## EXERCISE AIM
Produce word for word the lines of the data below running from the one that has "face PLANE(AX(P(14.8735,25,0),D(0,-1,0),D(-1,0,0))) [-e16" to the one that has "e88 v58 v43 LINE", inclusive, and no others.

## DATA IN THIS EXERCISE
== Segment start ==

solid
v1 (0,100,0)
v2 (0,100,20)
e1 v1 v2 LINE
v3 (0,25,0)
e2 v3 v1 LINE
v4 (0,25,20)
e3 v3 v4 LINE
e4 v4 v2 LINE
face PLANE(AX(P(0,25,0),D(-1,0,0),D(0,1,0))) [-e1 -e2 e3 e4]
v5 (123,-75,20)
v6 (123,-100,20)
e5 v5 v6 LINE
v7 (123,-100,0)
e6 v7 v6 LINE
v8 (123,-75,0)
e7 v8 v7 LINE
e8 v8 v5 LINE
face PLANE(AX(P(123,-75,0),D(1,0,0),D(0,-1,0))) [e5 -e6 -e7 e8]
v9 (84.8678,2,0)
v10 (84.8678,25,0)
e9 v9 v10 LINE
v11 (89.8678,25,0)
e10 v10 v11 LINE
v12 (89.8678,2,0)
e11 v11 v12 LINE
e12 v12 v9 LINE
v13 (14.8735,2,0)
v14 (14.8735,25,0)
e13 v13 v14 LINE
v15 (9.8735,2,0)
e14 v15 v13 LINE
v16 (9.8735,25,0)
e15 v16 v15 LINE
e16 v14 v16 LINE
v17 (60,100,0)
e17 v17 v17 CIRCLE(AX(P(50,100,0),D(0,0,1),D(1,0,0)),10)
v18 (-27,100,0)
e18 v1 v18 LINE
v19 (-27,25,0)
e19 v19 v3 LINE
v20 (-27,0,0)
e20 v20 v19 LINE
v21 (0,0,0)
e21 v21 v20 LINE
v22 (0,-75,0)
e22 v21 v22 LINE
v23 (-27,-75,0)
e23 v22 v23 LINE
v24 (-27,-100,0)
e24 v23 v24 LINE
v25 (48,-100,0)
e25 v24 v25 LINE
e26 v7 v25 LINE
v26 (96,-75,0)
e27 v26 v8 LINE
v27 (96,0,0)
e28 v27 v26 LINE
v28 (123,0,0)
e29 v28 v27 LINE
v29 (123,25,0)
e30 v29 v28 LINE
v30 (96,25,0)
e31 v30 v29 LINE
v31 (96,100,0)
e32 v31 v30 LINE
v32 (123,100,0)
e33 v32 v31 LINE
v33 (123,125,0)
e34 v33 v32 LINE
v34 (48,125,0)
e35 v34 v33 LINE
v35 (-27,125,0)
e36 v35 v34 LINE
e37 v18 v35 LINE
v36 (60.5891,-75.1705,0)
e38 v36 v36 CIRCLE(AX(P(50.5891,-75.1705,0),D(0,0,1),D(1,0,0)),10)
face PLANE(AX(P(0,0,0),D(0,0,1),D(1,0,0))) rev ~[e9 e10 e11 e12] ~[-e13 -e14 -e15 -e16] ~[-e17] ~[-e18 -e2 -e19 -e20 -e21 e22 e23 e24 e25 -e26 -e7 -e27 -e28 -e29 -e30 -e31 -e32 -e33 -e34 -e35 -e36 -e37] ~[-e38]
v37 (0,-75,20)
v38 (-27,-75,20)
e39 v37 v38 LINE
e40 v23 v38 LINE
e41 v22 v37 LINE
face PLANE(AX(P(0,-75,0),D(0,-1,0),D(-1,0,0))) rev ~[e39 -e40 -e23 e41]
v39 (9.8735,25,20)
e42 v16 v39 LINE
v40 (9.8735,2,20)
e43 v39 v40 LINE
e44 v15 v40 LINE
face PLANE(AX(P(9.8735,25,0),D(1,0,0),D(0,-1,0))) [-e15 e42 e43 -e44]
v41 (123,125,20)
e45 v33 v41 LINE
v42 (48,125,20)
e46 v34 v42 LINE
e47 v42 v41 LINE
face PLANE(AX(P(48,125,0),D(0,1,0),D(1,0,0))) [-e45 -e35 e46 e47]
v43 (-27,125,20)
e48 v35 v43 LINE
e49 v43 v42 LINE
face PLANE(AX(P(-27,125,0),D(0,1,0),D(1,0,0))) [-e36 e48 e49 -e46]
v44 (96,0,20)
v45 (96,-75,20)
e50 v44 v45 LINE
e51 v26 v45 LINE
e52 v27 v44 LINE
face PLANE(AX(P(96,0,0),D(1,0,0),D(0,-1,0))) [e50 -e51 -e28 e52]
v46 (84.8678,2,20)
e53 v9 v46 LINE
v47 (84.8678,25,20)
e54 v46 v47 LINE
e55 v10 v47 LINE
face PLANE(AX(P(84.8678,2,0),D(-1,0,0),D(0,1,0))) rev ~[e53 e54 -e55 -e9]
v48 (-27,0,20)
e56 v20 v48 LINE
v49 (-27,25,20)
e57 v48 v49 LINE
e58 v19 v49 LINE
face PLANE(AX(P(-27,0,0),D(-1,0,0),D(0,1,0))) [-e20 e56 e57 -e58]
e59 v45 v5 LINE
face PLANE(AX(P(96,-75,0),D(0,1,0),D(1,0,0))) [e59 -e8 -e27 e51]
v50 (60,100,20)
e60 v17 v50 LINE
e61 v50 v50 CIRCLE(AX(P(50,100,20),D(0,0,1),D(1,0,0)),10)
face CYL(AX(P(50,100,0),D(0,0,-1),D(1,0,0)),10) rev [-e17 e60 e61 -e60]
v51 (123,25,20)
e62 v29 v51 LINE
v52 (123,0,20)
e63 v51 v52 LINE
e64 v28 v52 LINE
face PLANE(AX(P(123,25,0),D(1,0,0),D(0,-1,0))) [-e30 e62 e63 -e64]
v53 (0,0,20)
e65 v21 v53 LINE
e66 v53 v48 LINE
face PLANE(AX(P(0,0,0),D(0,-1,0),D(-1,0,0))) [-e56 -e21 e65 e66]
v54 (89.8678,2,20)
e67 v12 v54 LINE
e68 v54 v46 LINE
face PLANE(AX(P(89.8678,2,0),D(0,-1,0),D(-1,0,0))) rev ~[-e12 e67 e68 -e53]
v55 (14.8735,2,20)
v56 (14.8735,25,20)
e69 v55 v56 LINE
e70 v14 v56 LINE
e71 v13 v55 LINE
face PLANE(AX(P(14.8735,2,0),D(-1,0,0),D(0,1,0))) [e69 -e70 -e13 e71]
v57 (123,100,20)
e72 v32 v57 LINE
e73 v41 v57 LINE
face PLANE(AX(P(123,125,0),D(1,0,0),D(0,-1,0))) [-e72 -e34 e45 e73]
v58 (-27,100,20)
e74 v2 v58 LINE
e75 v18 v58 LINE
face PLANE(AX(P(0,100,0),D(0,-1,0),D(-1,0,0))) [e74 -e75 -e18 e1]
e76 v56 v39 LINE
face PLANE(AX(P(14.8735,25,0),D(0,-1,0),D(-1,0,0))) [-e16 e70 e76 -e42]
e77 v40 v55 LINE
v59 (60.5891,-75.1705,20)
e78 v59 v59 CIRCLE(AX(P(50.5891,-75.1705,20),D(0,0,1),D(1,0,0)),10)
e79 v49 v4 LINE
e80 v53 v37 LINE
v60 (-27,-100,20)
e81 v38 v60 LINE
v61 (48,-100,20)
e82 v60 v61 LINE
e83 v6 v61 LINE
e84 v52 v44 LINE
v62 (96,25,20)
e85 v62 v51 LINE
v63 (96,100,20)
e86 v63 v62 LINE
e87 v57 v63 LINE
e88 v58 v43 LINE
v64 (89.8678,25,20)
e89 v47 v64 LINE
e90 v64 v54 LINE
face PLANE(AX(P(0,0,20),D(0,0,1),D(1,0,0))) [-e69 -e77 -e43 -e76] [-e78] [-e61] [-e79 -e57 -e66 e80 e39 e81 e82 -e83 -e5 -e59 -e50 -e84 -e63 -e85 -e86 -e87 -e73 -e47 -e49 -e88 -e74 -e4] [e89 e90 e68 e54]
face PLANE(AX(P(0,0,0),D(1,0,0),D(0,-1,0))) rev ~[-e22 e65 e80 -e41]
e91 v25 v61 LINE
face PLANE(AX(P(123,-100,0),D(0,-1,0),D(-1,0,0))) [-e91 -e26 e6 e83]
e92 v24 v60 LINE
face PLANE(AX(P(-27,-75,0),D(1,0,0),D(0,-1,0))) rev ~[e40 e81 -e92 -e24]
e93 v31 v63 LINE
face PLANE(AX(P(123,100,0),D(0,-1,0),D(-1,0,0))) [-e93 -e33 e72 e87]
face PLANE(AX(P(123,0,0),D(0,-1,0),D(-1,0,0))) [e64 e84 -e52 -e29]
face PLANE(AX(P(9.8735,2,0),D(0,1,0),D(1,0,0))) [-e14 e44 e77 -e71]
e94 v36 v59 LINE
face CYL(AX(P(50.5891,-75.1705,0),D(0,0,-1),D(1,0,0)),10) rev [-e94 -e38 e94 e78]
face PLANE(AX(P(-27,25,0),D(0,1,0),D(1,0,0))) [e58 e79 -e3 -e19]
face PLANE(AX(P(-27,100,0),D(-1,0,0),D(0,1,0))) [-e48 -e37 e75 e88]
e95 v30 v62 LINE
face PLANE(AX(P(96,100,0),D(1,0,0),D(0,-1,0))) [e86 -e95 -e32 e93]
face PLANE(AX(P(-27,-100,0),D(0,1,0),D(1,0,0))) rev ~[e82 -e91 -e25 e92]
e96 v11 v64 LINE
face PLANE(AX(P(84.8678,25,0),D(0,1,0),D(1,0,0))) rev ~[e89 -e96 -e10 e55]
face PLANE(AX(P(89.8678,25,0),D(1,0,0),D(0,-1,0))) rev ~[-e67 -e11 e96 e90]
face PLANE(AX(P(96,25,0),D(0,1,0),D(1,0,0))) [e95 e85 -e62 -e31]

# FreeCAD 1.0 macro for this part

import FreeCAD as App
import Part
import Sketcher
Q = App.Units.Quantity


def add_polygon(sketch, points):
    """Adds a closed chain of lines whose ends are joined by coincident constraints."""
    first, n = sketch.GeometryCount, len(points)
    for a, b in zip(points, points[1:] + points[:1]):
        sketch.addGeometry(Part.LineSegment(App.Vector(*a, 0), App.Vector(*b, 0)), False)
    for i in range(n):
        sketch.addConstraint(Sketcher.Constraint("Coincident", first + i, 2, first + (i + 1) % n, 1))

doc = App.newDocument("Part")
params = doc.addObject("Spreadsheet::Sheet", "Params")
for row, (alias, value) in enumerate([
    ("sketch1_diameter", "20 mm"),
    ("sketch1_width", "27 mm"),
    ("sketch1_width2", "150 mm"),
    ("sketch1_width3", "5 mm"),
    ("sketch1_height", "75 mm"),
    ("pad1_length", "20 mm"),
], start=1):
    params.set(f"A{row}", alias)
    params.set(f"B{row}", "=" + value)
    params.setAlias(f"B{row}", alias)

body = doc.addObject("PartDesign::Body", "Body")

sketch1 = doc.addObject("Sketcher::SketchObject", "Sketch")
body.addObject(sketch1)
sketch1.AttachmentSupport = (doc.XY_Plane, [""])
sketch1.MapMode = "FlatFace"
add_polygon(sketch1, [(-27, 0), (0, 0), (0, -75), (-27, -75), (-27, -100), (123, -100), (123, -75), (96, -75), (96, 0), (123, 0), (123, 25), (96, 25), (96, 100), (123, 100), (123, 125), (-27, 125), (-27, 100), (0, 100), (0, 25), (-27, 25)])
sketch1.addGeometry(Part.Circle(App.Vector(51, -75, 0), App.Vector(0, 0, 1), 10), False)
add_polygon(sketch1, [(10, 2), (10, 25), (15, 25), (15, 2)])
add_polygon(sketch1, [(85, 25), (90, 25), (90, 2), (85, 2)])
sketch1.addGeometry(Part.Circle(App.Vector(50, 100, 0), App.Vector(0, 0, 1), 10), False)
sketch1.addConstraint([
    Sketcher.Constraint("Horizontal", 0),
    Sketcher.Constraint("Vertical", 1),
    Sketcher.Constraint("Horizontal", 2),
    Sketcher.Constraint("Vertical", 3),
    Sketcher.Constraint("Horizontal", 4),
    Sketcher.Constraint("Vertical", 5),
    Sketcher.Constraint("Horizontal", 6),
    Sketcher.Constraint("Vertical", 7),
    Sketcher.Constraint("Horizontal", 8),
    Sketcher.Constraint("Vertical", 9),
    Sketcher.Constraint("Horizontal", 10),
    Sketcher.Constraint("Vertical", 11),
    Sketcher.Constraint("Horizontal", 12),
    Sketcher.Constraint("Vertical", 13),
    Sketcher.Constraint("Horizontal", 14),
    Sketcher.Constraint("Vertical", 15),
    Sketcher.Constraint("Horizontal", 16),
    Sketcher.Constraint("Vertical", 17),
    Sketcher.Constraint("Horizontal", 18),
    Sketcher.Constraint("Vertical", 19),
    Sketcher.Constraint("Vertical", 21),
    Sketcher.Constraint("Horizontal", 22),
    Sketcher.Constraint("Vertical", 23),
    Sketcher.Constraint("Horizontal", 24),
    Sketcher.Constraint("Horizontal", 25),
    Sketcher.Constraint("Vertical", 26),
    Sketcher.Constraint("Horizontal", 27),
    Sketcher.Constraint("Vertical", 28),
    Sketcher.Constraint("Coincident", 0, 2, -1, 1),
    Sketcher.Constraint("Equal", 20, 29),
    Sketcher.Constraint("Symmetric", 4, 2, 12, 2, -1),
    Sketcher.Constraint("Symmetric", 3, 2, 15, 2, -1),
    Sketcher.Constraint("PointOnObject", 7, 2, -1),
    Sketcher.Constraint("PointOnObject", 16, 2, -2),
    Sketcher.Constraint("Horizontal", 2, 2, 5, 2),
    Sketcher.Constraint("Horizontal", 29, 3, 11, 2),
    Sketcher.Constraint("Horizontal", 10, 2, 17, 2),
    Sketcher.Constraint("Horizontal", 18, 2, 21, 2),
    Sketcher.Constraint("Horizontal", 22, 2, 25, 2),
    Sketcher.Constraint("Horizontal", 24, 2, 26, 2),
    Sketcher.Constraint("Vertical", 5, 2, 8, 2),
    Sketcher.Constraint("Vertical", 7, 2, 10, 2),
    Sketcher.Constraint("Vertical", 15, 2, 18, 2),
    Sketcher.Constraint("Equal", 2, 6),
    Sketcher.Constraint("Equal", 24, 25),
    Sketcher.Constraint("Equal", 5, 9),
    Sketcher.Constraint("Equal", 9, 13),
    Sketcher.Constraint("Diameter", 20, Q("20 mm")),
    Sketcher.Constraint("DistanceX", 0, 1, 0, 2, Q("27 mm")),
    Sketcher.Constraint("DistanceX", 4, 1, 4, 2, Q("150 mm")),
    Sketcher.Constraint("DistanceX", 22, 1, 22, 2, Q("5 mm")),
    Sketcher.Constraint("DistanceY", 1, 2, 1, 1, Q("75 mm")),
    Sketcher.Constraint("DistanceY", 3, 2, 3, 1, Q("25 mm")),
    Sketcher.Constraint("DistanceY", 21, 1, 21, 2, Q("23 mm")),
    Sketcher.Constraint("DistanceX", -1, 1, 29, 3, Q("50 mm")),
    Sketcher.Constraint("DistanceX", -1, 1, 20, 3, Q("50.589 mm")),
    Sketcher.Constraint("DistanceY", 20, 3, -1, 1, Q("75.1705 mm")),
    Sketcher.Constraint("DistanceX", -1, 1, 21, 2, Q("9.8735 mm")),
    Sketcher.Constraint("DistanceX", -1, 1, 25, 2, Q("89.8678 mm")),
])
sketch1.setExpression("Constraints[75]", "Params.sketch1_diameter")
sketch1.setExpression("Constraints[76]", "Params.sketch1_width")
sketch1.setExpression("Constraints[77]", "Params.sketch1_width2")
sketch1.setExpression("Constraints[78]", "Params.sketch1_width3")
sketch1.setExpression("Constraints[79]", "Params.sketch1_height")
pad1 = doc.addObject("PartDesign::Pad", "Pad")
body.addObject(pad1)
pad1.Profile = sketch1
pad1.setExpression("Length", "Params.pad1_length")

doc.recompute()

== Segment end ==
== Segment start ==

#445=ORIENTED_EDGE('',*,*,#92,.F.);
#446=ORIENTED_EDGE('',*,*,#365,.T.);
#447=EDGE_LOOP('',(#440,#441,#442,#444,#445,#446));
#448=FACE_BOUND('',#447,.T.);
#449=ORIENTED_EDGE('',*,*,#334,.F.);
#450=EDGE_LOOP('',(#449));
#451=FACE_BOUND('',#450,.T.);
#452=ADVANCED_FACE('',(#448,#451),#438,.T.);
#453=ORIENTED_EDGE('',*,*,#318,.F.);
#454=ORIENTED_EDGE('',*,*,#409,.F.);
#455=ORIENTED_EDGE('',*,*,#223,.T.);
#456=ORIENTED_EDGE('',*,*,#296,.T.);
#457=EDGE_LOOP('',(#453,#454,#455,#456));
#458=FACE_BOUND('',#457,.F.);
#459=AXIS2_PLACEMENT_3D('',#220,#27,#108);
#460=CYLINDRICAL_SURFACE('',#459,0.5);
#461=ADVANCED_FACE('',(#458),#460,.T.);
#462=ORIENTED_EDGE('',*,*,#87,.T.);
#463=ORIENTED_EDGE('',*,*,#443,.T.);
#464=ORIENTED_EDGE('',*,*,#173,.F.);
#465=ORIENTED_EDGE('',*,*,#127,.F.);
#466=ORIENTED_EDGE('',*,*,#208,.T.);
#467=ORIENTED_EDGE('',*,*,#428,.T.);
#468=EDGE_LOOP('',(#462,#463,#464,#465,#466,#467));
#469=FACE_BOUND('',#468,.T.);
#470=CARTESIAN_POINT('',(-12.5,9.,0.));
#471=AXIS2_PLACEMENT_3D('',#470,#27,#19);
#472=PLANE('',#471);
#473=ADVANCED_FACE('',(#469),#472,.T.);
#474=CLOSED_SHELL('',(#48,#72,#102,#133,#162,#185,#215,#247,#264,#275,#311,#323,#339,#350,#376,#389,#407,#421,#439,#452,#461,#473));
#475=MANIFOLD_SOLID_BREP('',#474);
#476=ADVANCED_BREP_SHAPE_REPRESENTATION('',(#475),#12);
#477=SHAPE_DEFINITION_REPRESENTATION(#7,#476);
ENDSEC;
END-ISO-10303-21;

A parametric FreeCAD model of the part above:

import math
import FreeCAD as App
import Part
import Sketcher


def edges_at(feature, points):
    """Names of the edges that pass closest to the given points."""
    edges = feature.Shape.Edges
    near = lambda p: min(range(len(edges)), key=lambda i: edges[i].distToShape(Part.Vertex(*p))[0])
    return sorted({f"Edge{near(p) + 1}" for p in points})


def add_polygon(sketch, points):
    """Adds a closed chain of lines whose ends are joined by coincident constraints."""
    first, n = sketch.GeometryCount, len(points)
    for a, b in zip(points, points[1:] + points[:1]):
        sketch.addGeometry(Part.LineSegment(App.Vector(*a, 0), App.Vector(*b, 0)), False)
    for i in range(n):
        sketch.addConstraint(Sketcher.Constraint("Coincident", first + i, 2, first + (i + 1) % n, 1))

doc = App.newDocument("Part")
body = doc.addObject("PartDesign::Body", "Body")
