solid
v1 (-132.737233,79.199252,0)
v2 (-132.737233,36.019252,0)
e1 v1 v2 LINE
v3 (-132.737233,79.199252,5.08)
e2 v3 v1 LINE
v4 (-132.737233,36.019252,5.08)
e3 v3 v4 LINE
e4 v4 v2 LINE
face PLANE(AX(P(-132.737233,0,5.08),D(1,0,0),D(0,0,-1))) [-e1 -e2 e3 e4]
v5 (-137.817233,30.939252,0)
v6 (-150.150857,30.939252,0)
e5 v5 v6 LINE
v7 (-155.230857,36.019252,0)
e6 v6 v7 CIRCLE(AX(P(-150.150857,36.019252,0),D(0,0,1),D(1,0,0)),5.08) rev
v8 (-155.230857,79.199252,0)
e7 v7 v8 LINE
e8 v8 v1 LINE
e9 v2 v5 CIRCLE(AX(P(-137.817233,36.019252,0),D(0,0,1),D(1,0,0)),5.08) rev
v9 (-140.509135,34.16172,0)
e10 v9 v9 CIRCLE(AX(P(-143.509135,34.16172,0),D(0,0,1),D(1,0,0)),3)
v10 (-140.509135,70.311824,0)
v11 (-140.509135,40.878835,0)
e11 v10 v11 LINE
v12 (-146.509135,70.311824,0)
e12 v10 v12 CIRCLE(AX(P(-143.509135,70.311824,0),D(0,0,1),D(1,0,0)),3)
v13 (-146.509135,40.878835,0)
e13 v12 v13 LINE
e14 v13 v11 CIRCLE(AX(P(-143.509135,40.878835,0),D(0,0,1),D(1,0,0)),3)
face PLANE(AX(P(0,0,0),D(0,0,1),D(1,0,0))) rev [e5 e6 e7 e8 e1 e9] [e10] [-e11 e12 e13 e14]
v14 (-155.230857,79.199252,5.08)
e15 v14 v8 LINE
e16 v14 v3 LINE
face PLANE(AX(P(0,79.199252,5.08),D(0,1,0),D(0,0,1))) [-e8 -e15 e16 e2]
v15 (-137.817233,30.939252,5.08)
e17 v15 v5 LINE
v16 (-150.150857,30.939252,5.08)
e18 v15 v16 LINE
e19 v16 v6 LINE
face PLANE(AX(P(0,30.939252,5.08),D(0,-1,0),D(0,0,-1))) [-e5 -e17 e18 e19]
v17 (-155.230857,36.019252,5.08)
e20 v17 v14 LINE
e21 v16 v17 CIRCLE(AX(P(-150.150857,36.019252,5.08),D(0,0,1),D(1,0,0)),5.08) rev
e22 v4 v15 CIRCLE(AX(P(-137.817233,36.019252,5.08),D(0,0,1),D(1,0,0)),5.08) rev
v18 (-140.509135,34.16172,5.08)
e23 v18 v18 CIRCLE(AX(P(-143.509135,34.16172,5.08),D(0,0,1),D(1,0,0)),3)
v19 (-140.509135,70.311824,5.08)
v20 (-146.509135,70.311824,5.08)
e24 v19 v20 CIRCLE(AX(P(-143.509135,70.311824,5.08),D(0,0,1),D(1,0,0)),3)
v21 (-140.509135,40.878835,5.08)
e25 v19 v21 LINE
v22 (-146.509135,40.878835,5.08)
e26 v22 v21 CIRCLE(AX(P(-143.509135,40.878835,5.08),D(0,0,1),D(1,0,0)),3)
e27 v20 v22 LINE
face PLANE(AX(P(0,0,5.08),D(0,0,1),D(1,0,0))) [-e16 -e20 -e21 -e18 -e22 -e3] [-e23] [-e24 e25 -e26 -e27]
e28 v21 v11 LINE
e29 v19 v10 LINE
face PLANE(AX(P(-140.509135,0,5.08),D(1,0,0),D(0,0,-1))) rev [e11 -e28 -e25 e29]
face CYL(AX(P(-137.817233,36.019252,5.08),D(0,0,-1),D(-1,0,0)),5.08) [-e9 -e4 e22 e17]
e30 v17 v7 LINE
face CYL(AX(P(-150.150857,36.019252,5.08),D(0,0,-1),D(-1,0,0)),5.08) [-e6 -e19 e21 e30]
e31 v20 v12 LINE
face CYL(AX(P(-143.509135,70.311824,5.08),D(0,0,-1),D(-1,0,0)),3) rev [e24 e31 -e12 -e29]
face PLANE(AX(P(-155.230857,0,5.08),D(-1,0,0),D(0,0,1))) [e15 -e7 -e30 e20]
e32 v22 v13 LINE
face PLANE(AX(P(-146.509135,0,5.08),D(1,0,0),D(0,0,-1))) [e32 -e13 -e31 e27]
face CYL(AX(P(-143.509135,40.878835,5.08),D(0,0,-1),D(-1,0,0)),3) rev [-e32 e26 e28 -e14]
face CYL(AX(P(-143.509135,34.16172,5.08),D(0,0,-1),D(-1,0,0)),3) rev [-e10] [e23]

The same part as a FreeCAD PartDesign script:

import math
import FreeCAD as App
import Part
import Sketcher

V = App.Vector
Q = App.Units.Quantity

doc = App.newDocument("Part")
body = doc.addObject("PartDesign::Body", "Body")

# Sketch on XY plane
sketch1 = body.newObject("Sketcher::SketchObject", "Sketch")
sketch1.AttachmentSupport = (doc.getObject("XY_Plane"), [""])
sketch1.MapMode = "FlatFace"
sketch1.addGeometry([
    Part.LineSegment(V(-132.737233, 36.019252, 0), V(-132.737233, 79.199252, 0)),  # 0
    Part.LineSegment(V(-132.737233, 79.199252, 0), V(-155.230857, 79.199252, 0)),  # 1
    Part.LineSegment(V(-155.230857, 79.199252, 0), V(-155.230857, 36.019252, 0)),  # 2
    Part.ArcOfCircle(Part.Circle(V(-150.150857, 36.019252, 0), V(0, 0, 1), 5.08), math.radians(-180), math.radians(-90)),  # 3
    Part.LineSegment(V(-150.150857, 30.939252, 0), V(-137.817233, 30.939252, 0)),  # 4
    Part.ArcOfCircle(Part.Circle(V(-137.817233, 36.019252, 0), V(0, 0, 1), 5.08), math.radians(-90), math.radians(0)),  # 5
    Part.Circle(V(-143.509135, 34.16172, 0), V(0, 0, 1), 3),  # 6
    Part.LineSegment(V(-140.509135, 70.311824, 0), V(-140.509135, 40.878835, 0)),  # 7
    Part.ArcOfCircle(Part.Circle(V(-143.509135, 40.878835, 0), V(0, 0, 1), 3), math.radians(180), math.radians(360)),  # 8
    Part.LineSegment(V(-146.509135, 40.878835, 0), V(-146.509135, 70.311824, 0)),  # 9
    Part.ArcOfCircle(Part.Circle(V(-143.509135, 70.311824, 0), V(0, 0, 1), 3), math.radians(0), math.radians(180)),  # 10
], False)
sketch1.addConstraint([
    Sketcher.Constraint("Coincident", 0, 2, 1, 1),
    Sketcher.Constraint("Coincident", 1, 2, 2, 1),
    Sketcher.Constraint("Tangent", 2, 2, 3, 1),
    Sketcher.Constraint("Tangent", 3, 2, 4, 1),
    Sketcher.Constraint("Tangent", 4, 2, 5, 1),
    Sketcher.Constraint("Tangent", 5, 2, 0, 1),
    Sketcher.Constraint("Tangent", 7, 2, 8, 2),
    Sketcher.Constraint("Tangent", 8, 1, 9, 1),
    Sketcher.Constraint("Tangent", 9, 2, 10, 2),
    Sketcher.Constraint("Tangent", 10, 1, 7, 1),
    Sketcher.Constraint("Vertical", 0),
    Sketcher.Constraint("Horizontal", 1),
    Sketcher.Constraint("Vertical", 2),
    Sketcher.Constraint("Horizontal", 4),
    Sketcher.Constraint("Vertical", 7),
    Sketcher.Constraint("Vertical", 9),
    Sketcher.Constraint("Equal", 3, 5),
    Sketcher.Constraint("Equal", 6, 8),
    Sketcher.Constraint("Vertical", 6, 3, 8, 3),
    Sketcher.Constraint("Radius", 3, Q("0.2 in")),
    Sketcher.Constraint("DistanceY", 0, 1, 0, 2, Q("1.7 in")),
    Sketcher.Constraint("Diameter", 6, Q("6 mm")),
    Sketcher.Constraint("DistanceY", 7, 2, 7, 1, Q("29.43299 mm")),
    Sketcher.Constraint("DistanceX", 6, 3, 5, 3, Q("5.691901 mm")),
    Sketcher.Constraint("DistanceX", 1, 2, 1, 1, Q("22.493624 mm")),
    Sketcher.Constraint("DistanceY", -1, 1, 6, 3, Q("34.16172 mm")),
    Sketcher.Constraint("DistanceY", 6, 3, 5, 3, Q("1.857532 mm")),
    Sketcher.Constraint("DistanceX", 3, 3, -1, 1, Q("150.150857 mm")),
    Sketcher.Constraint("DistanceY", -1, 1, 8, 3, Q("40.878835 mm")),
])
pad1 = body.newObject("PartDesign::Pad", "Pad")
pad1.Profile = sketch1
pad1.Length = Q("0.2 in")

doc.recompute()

== Segment end ==

## RESPONSE FOR THIS EXERCISE
face PLANE(AX(P(14.8735,25,0),D(0,-1,0),D(-1,0,0))) [-e16 e70 e76 -e42]
e77 v40 v55 LINE
v59 (60.5891,-75.1705,20)
e78 v59 v59 CIRCLE(AX(P(50.5891,-75.1705,20),D(0,0,1),D(1,0,0)),10)
e79 v49 v4 LINE
e80 v53 v37 LINE
v60 (-27,-100,20)
e81 v38 v60 LINE
v61 (48,-100,20)
e82 v60 v61 LINE
e83 v6 v61 LINE
e84 v52 v44 LINE
v62 (96,25,20)
e85 v62 v51 LINE
v63 (96,100,20)
e86 v63 v62 LINE
e87 v57 v63 LINE
e88 v58 v43 LINE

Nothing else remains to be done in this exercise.